For environments requiring custom configurations or specific platform support, building the Docker image from source is an option. The process involves cloning the Git repository containing the Dockerfile and executing the build command. For vanilla Docker usage, the command is:

sudo docker build -t <repository-name> .

In a Compose environment, the build is initiated by:

sudo docker-compose build elk

Once built, the image can be run using the standard docker run or docker-compose up commands. Additionally, support for ARM64 architectures, such as those found in Apple Silicon Macs or certain cloud instances, requires specific build considerations.
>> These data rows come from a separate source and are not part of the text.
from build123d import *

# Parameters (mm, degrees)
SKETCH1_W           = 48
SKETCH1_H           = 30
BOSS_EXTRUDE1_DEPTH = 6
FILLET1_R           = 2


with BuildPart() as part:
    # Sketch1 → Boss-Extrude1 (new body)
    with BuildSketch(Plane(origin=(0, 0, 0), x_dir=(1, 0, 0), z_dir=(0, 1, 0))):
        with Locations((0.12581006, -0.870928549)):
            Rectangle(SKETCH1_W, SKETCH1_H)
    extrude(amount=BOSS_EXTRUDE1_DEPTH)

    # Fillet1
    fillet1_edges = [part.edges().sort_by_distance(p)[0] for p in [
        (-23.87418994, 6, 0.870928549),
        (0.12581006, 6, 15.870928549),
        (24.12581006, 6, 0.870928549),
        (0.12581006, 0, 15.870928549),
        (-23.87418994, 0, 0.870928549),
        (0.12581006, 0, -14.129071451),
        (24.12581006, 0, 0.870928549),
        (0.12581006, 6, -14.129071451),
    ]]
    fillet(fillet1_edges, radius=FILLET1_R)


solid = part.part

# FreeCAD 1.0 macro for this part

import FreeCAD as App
import Part
import Sketcher


def edges_at(feature, points):
    """Names of the edges that pass closest to the given points."""
    edges = feature.Shape.Edges
    near = lambda p: min(range(len(edges)), key=lambda i: edges[i].distToShape(Part.Vertex(*p))[0])
    return sorted({f"Edge{near(p) + 1}" for p in points})


def add_polygon(sketch, points):
    """Adds a closed chain of lines whose ends are joined by coincident constraints."""
    first, n = sketch.GeometryCount, len(points)
    for a, b in zip(points, points[1:] + points[:1]):
        sketch.addGeometry(Part.LineSegment(App.Vector(*a, 0), App.Vector(*b, 0)), False)
    for i in range(n):
        sketch.addConstraint(Sketcher.Constraint("Coincident", first + i, 2, first + (i + 1) % n, 1))

doc = App.newDocument("Part")
body = doc.addObject("PartDesign::Body", "Body")

# Sketch on XZ plane
sketch1 = body.newObject("Sketcher::SketchObject", "Sketch")
sketch1.AttachmentSupport = (doc.getObject("XZ_Plane"), [""])
sketch1.MapMode = "FlatFace"
add_polygon(sketch1, [(-23.87419, -14.129071), (-23.87419, 15.870929), (24.12581, 15.870929), (24.12581, -14.129071)])  # lines 0-3
sketch1.addConstraint([
    Sketcher.Constraint("Vertical", 0),
    Sketcher.Constraint("Horizontal", 1),
    Sketcher.Constraint("Vertical", 2),
    Sketcher.Constraint("Horizontal", 3),
    Sketcher.Constraint("DistanceX", 1, 1, 1, 2, 48.0),
    Sketcher.Constraint("DistanceY", 0, 1, 0, 2, 30.0),
    Sketcher.Constraint("DistanceX", 0, 2, -1, 1, 23.87419),
    Sketcher.Constraint("DistanceY", -1, 1, 0, 2, 15.870929),
])
pad1 = body.newObject("PartDesign::Pad", "Pad")
pad1.Profile = sketch1
pad1.Length = 6
pad1.Reversed = True
doc.recompute()

fillet = body.newObject("PartDesign::Fillet", "Fillet")
fillet.Base = (pad1, edges_at(pad1, [
    (-23.874, 6, 0.871),
    (0.126, 6, 15.871),
    (24.126, 6, 0.871),
    (0.126, 0, 15.871),
    (-23.874, 0, 0.871),
    (0.126, 0, -14.129),
    (24.126, 0, 0.871),
    (0.126, 6, -14.129),
]))
fillet.Radius = 2

doc.recompute()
The underlying image repositories often provide multi-architecture support, but explicit building may be necessary to ensure compatibility with non-x86 hardware.

Conclusion

Deploying the ELK stack on Docker requires moving beyond simplistic all-in-one containers to embrace modular, scalable architectures. For production environments handling substantial log volumes, separating Elasticsearch, Logstash, and Kibana into distinct containers enables independent scaling and optimized resource utilization. The transition from legacy container linking to user-defined networks ensures robust and maintainable inter-container communication. Furthermore, utilizing Docker Compose for orchestration, combined with proper volume management for data persistence and selective service initialization, provides a flexible foundation for expanding the cluster. Monitoring cluster health through shard analysis ensures that redundancy and data integrity are maintained as the infrastructure grows.